U.S. home prices increased 1.0% in June, compared to May, and were up 7.5% compared to June 2013, according to CoreLogic's Home Price Index (HPI).
The report shows that home price appreciation continued to slow in June. In fact, monthly price appreciation has averaged between 1% and 2% since the start of this year. As a result, the year-over-year gains are currently nowhere near as dramatic as the double-digit increases seen in the first quarter.
Excluding distressed sales, home prices were up 0.9% compared to May and were up 6.9% compared to June 2013.

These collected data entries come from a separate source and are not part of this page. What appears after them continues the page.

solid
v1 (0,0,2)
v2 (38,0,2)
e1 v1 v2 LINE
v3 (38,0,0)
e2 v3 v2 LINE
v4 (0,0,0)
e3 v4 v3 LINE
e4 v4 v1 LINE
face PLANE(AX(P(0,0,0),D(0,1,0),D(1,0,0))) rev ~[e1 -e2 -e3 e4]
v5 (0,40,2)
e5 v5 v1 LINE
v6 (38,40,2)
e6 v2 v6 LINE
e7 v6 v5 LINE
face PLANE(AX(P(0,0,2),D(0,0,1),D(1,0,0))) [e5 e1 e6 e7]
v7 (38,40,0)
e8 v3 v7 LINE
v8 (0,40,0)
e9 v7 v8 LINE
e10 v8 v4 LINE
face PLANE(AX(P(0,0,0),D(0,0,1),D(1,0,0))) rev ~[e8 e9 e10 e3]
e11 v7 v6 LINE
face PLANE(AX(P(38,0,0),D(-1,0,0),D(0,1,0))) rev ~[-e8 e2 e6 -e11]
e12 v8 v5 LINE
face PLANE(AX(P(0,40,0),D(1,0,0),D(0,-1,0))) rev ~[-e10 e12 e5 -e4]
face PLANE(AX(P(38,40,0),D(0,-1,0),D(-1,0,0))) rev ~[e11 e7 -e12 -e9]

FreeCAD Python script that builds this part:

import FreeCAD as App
import Part
import Sketcher
from FreeCAD import Vector

doc = App.newDocument("Part")
body = doc.addObject("PartDesign::Body", "Body")

# Sketch on XY plane
sketch1 = body.newObject("Sketcher::SketchObject", "Sketch")
sketch1.AttachmentSupport = (doc.getObject("XY_Plane"), [""])
sketch1.MapMode = "FlatFace"
sketch1.addGeometry([
    Part.LineSegment(Vector(0, 40, 0), Vector(0, 0, 0)),
    Part.LineSegment(Vector(0, 0, 0), Vector(38, 0, 0)),
    Part.LineSegment(Vector(38, 0, 0), Vector(38, 40, 0)),
    Part.LineSegment(Vector(38, 40, 0), Vector(0, 40, 0)),
], False)
sketch1.addConstraint([
    Sketcher.Constraint("Coincident", 0, 2, 1, 1),
    Sketcher.Constraint("Coincident", 1, 2, 2, 1),
    Sketcher.Constraint("Coincident", 2, 2, 3, 1),
    Sketcher.Constraint("Coincident", 3, 2, 0, 1),
    Sketcher.Constraint("Vertical", 0),
    Sketcher.Constraint("Horizontal", 1),
    Sketcher.Constraint("Vertical", 2),
    Sketcher.Constraint("Horizontal", 3),
    Sketcher.Constraint("Coincident", 0, 2, -1, 1),
    Sketcher.Constraint("DistanceX", 1, 1, 1, 2, 38.0),
    Sketcher.Constraint("DistanceY", 0, 2, 0, 1, 40.0),
])
pad1 = body.newObject("PartDesign::Pad", "Pad")
pad1.Profile = sketch1
pad1.Length = 2

doc.recompute()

The recent slowdown in home price appreciation has some analysts predicting that certain markets will soon start seeing prices depreciate. For example, a recent report from Veros Real Estate Solutions predicts that up to 20% of U.S. homes will see price depreciation over the next year.
As per the CoreLogic HPI, some states are already starting to see price appreciation turn negative. For example, Arkansas saw home prices decline 0.4%, compared to May. However, it was the only state to see home prices decline.
All states saw home prices increase on a year-over-year basis in June, according to the report. What's more, a total of 12 states – Alaska, Colorado, Iowa, Louisiana, Nebraska, North Dakota, Oklahoma, South Dakota, Tennessee, Texas, Vermont and Wyoming, as well as the District of Columbia – saw their home prices reach new highs.
CoreLogic forecasts that home prices, including distressed sales, will increase 0.7% from June to July. Excluding distressed sales, home prices are expected to rise 0.6%, month over month.
CoreLogic predicts that U.S. home prices will continue to rise by as much as 5.7%, including distressed sales, over the next 12 months.